Just Vibrations: The Purpose of Sounding Good by William Cheng

Just Vibrations: The Purpose of Sounding Good by William Cheng

Author:William Cheng
Language: eng
Format: epub, pdf
Publisher: University of Michigan Press
Published: 2018-05-15T00:00:00+00:00


Over the course of a few weeks, students found situations that included noisy dormmates, ruckus in the library, a disruptive passenger on a bus, and the music of Phi Delta Alpha, a Dartmouth frat house notorious for the way it blasts songs every evening using outward-facing loudspeakers. Two of the ten students chose action: one simply asked a dormmate to turn down his music (took all of three seconds), while the other met with a friend from Phi Delta Alpha for a half-hour debate over why the frat members insist on dominating the sonic airspace of Webster Avenue night after night. Other students shied away from direct confrontation and resorted to throwing dirty glances, sighing audibly, putting on headphones, and venting on social media.

One student wrote about a time when she was the source of noise.
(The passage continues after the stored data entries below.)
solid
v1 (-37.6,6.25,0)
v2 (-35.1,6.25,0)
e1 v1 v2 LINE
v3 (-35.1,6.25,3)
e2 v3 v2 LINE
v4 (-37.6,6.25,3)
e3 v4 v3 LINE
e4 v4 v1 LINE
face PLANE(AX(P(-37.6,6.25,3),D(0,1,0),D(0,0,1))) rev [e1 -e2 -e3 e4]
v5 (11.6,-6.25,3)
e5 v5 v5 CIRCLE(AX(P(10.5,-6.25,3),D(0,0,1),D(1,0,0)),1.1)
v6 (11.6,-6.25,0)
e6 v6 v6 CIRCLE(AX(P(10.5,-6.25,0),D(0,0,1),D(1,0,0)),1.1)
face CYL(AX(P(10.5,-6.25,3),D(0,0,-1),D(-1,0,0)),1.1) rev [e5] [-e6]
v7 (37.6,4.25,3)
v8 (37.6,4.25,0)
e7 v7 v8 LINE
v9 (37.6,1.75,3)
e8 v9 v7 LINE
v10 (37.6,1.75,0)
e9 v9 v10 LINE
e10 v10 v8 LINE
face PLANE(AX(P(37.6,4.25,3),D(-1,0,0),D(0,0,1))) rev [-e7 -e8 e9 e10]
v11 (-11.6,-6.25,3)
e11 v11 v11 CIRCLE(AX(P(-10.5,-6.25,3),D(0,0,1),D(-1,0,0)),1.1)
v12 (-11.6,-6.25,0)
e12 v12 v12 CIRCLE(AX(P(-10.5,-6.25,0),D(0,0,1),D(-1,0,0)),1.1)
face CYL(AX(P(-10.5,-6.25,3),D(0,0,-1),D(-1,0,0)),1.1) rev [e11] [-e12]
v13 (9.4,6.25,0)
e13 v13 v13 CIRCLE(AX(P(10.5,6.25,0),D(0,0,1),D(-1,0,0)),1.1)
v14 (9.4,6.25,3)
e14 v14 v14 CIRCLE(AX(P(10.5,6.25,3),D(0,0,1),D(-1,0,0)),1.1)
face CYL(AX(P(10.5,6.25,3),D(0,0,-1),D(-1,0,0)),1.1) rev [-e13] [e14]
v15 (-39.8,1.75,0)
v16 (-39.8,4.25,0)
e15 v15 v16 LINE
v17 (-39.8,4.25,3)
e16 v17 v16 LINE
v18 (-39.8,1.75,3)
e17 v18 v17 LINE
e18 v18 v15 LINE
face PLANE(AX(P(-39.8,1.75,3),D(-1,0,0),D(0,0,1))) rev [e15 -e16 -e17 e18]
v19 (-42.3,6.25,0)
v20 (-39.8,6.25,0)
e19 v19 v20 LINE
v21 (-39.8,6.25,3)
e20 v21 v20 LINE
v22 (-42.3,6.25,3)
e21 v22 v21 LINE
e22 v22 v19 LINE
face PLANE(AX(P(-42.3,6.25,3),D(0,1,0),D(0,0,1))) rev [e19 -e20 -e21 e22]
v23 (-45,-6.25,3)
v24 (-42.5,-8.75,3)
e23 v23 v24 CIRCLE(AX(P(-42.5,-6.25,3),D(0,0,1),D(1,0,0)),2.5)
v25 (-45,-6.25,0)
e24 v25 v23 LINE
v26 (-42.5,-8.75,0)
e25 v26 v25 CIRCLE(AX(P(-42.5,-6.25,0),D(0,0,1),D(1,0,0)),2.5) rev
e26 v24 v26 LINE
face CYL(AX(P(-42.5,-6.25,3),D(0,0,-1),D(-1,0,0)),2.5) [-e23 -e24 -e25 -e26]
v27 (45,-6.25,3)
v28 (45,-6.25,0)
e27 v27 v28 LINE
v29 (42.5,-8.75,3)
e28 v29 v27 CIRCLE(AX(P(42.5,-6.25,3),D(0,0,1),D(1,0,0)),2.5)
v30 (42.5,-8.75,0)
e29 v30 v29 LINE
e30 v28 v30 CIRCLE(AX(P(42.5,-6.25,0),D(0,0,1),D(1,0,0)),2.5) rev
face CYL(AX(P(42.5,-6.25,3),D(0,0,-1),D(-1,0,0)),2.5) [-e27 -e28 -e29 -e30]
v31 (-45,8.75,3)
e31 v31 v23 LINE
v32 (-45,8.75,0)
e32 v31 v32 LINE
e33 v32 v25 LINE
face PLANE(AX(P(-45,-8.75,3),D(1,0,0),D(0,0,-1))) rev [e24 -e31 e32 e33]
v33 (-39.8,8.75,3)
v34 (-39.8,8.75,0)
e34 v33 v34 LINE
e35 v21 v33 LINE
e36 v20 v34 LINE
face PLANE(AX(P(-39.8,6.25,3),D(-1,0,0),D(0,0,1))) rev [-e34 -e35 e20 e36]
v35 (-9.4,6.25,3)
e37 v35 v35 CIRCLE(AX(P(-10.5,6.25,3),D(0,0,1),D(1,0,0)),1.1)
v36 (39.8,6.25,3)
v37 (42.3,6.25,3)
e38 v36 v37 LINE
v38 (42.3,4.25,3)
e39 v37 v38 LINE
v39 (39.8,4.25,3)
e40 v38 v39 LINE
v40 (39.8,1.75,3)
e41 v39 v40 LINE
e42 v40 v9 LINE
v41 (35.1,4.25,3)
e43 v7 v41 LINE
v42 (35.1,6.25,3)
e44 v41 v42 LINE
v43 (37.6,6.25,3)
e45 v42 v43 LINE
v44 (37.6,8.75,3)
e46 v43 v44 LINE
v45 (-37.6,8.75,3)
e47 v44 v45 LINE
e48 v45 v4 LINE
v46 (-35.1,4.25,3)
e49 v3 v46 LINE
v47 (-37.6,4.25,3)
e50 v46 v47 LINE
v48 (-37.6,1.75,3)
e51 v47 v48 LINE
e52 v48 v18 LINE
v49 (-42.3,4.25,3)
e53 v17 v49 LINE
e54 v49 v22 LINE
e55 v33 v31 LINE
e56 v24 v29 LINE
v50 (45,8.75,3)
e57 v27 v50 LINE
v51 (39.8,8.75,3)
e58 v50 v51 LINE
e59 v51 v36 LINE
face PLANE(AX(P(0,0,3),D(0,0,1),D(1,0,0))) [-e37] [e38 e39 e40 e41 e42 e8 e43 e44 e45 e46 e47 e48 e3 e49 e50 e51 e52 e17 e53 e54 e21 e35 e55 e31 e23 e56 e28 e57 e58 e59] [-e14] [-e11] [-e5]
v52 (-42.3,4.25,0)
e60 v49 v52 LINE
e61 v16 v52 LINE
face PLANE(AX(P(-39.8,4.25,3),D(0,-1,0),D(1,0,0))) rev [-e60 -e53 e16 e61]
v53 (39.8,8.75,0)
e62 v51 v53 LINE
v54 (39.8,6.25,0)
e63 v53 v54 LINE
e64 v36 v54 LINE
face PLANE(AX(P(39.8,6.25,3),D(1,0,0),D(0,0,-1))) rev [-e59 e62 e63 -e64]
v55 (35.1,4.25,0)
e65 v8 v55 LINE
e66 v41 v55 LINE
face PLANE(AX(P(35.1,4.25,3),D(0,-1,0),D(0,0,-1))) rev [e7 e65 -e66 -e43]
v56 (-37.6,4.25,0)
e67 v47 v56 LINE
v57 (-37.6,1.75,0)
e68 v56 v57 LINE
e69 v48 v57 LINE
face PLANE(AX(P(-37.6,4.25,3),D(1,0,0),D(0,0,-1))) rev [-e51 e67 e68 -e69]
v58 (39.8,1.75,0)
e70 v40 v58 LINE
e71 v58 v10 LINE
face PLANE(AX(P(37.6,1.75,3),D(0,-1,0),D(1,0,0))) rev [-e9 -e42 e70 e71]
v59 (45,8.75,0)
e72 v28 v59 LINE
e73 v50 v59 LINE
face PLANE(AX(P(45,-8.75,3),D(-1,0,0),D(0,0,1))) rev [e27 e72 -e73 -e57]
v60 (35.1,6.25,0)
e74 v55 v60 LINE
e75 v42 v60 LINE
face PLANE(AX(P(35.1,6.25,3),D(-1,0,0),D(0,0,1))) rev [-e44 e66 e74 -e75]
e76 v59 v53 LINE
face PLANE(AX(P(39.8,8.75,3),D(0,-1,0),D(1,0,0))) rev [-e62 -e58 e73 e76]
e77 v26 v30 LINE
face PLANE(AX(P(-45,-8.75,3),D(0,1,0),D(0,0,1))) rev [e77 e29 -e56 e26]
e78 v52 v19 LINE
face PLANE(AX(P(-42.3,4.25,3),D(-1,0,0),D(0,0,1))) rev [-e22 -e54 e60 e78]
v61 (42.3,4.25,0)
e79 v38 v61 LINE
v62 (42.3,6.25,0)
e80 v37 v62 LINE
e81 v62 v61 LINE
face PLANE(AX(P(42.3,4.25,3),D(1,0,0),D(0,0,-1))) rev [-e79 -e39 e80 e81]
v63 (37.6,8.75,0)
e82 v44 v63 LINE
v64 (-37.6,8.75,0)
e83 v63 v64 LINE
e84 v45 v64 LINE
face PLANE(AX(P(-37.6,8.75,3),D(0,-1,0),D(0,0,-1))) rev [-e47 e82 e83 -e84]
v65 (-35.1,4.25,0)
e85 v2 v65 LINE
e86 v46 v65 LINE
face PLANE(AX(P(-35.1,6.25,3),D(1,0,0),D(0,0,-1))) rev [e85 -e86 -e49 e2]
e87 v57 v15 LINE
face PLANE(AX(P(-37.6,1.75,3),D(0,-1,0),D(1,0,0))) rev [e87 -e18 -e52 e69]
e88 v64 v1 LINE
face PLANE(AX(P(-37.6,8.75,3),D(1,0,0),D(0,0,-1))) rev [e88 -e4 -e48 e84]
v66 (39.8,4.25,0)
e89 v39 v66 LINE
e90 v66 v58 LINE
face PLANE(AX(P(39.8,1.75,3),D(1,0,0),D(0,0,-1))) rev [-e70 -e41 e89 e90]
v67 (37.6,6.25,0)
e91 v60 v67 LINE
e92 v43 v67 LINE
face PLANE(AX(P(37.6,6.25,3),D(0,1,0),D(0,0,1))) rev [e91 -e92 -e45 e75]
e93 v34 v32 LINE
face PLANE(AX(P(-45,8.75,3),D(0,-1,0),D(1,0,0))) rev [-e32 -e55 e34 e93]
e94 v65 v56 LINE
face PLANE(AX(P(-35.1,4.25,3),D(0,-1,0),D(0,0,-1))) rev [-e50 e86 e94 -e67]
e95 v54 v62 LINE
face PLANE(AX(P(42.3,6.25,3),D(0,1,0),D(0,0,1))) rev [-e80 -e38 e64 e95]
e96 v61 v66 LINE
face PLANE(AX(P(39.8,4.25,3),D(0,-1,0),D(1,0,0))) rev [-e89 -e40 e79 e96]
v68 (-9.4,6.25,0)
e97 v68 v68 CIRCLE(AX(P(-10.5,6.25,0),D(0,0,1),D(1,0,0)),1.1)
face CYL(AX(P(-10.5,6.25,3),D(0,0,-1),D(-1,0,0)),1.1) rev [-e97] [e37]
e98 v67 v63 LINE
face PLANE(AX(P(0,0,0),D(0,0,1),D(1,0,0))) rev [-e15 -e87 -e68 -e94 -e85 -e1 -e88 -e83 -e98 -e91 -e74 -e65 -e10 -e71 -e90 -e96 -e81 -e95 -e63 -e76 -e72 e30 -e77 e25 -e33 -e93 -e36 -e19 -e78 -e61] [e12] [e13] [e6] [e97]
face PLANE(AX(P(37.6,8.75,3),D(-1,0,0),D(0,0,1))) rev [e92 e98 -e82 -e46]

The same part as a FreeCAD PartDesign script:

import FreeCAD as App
import Part
import Sketcher

V = App.Vector
Q = App.Units.Quantity


def edges_at(feature, points):
    """Names of the edges that pass closest to the given points."""
    edges = feature.Shape.Edges
    near = lambda p: min(range(len(edges)), key=lambda i: edges[i].distToShape(Part.Vertex(*p))[0])
    return sorted({f"Edge{near(p) + 1}" for p in points})


def add_polygon(sketch, points):
    """Adds a closed chain of lines whose ends are joined by coincident constraints."""
    first, n = sketch.GeometryCount, len(points)
    for a, b in zip(points, points[1:] + points[:1]):
        sketch.addGeometry(Part.LineSegment(App.Vector(*a, 0), App.Vector(*b, 0)), False)
    for i in range(n):
        sketch.addConstraint(Sketcher.Constraint("Coincident", first + i, 2, first + (i + 1) % n, 1))

doc = App.newDocument("Part")
body = doc.addObject("PartDesign::Body", "Body")

# Sketch on XY plane
sketch1 = body.newObject("Sketcher::SketchObject", "Sketch")
sketch1.AttachmentSupport = (doc.getObject("XY_Plane"), [""])
sketch1.MapMode = "FlatFace"
add_polygon(sketch1, [(-45, -8.75), (45, -8.75), (45, 8.75), (39.8, 8.75), (39.8, 6.25), (42.3, 6.25), (42.3, 4.25), (39.8, 4.25), (39.8, 1.75), (37.6, 1.75), (37.6, 4.25), (35.1, 4.25), (35.1, 6.25), (37.6, 6.25), (37.6, 8.75), (-37.6, 8.75), (-37.6, 6.25), (-35.1, 6.25), (-35.1, 4.25), (-37.6, 4.25), (-37.6, 1.75), (-39.8, 1.75), (-39.8, 4.25), (-42.3, 4.25), (-42.3, 6.25), (-39.8, 6.25), (-39.8, 8.75), (-45, 8.75)])  # lines 0-27
sketch1.addGeometry(Part.Circle(V(-10.5, -6.25, 0), V(0, 0, 1), 1.1), False)  # 28
sketch1.addGeometry(Part.Circle(V(10.5, -6.25, 0), V(0, 0, 1), 1.1), False)  # 29
sketch1.addGeometry(Part.Circle(V(-10.5, 6.25, 0), V(0, 0, 1), 1.1), False)  # 30
sketch1.addGeometry(Part.Circle(V(10.5, 6.25, 0), V(0, 0, 1), 1.1), False)  # 31
sketch1.addConstraint([
    Sketcher.Constraint("Horizontal", 0),
    Sketcher.Constraint("Vertical", 1),
    Sketcher.Constraint("Horizontal", 2),
    Sketcher.Constraint("Vertical", 3),
    Sketcher.Constraint("Horizontal", 4),
    Sketcher.Constraint("Vertical", 5),
    Sketcher.Constraint("Horizontal", 6),
    Sketcher.Constraint("Vertical", 7),
    Sketcher.Constraint("Horizontal", 8),
    Sketcher.Constraint("Vertical", 9),
    Sketcher.Constraint("Horizontal", 10),
    Sketcher.Constraint("Vertical", 11),
    Sketcher.Constraint("Horizontal", 12),
    Sketcher.Constraint("Vertical", 13),
    Sketcher.Constraint("Horizontal", 14),
    Sketcher.Constraint("Vertical", 15),
    Sketcher.Constraint("Horizontal", 16),
    Sketcher.Constraint("Vertical", 17),
    Sketcher.Constraint("Horizontal", 18),
    Sketcher.Constraint("Vertical", 19),
    Sketcher.Constraint("Horizontal", 20),
    Sketcher.Constraint("Vertical", 21),
    Sketcher.Constraint("Horizontal", 22),
    Sketcher.Constraint("Vertical", 23),
    Sketcher.Constraint("Horizontal", 24),
    Sketcher.Constraint("Vertical", 25),
    Sketcher.Constraint("Horizontal", 26),
    Sketcher.Constraint("Vertical", 27),
    Sketcher.Constraint("Equal", 28, 29),
    Sketcher.Constraint("Equal", 29, 30),
    Sketcher.Constraint("Equal", 30, 31),
    Sketcher.Constraint("Symmetric", 29, 3, 30, 3, -1, 1),
    Sketcher.Constraint("Symmetric", 28, 3, 31, 3, -1, 1),
    Sketcher.Constraint("Symmetric", 0, 2, 26, 2, -1, 1),
    Sketcher.Constraint("Symmetric", 28, 3, 29, 3, -2),
    Sketcher.Constraint("Symmetric", 12, 2, 15, 2, -2),
    Sketcher.Constraint("Symmetric", 10, 2, 17, 2, -2),
    Sketcher.Constraint("Symmetric", 8, 2, 19, 2, -2),
    Sketcher.Constraint("Symmetric", 6, 2, 21, 2, -2),
    Sketcher.Constraint("Symmetric", 4, 2, 23, 2, -2),
    Sketcher.Constraint("Symmetric", 2, 2, 25, 2, -2),
    Sketcher.Constraint("Horizontal", 31, 3, 3, 2),
    Sketcher.Constraint("Horizontal", 6, 2, 9, 2),
    Sketcher.Constraint("Horizontal", 4, 2, 11, 2),
    Sketcher.Constraint("Horizontal", 2, 2, 13, 2),
    Sketcher.Constraint("Vertical", 3, 2, 6, 2),
    Sketcher.Constraint("Vertical", 9, 2, 12, 2),
    Sketcher.Constraint("Equal", 6, 10),
    Sketcher.Constraint("Equal", 24, 3),
    Sketcher.Constraint("Equal", 3, 7),
    Sketcher.Constraint("Diameter", 28, Q("2.2 mm")),
    Sketcher.Constraint("DistanceX", 0, 1, 0, 2, Q("90 mm")),
    Sketcher.Constraint("DistanceY", 5, 2, 5, 1, Q("2 mm")),
    Sketcher.Constraint("DistanceX", 2, 2, 2, 1, Q("5.2 mm")),
    Sketcher.Constraint("DistanceX", 4, 1, 4, 2, Q("2.5 mm")),
    Sketcher.Constraint("DistanceX", 8, 2, 8, 1, Q("2.2 mm")),
    Sketcher.Constraint("DistanceY", 1, 1, 1, 2, Q("17.5 mm")),
    Sketcher.Constraint("DistanceX", 28, 3, 29, 3, Q("21 mm")),
])
pad1 = body.newObject("PartDesign::Pad", "Pad")
pad1.Profile = sketch1
pad1.Length = 3
doc.recompute()

fillet = body.newObject("PartDesign::Fillet", "Fillet")
fillet.Base = (pad1, edges_at(pad1, [(45, -8.75, 1.5), (-45, -8.75, 1.5)]))
fillet.Radius = 2.5

doc.recompute()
She and her marching band had gone around campus giving a late-night tour to prospective Dartmouth students. Although the band members didn’t think they were bothering anyone, they decided to consult Yik Yak, an app that lets users post and view anonymous messages (sortable by up-votes) within a ten-mile radius.34 “We checked Yik Yak,” the student noted, “and saw such Yaks as ‘not saying that I wanted to sleep, but if I Page 88 →did, it’d be great if the band would shut up’ and ‘The marching band needs to get the f**k off gold coast lawn.’ We gained an insight to the true thoughts and feelings of our fellow students. . . . We laughed at the fact that people thought we were on the Gold Coast lawn, which is half way across campus, but also realized how far our sound traveled, and how many people we were disturbing.”35

In the following class, all students read their papers out loud and together worked through their motives for action or inaction. Consensus formed around factors such as anxiety about confrontation, concerns of shaming or being shamed, and fear of developing a reputation as a whiner. In simple terms, complaining about noise isn’t cool, least of all for college students. Doing so hurts their hip image and can make them come across as curmudgeons who gripe about damn kids and their music. For what it’s worth, musicologists aren’t supposed to rant about noise either. Scholars are presumably meant to exemplify open-mindedness, to recuperate noise as art, and to study soundscapes without moral judgment.36

Little inactions add up. But for all the paranoia that can inflect our relations to noise, reparative orientations are possible. A request or gesture to quell a disturbance, a brief reflection on sound’s infractions and inevitabilities—little victories add up too. In the romantic chaos of consequence, the flutter of an insect’s wings makes a sound, vibrations beget vibrations, and difference is made. Call it what you will: the butterfly effect, grassroots activism, bottom-up democracy, affective citizenship, or minority influence.37 If these models sound like optimism for suckers, we could recall how, even as children, we were taught that change begins with a single person, that every recycled bottle matters, and that only we can prevent forest fires.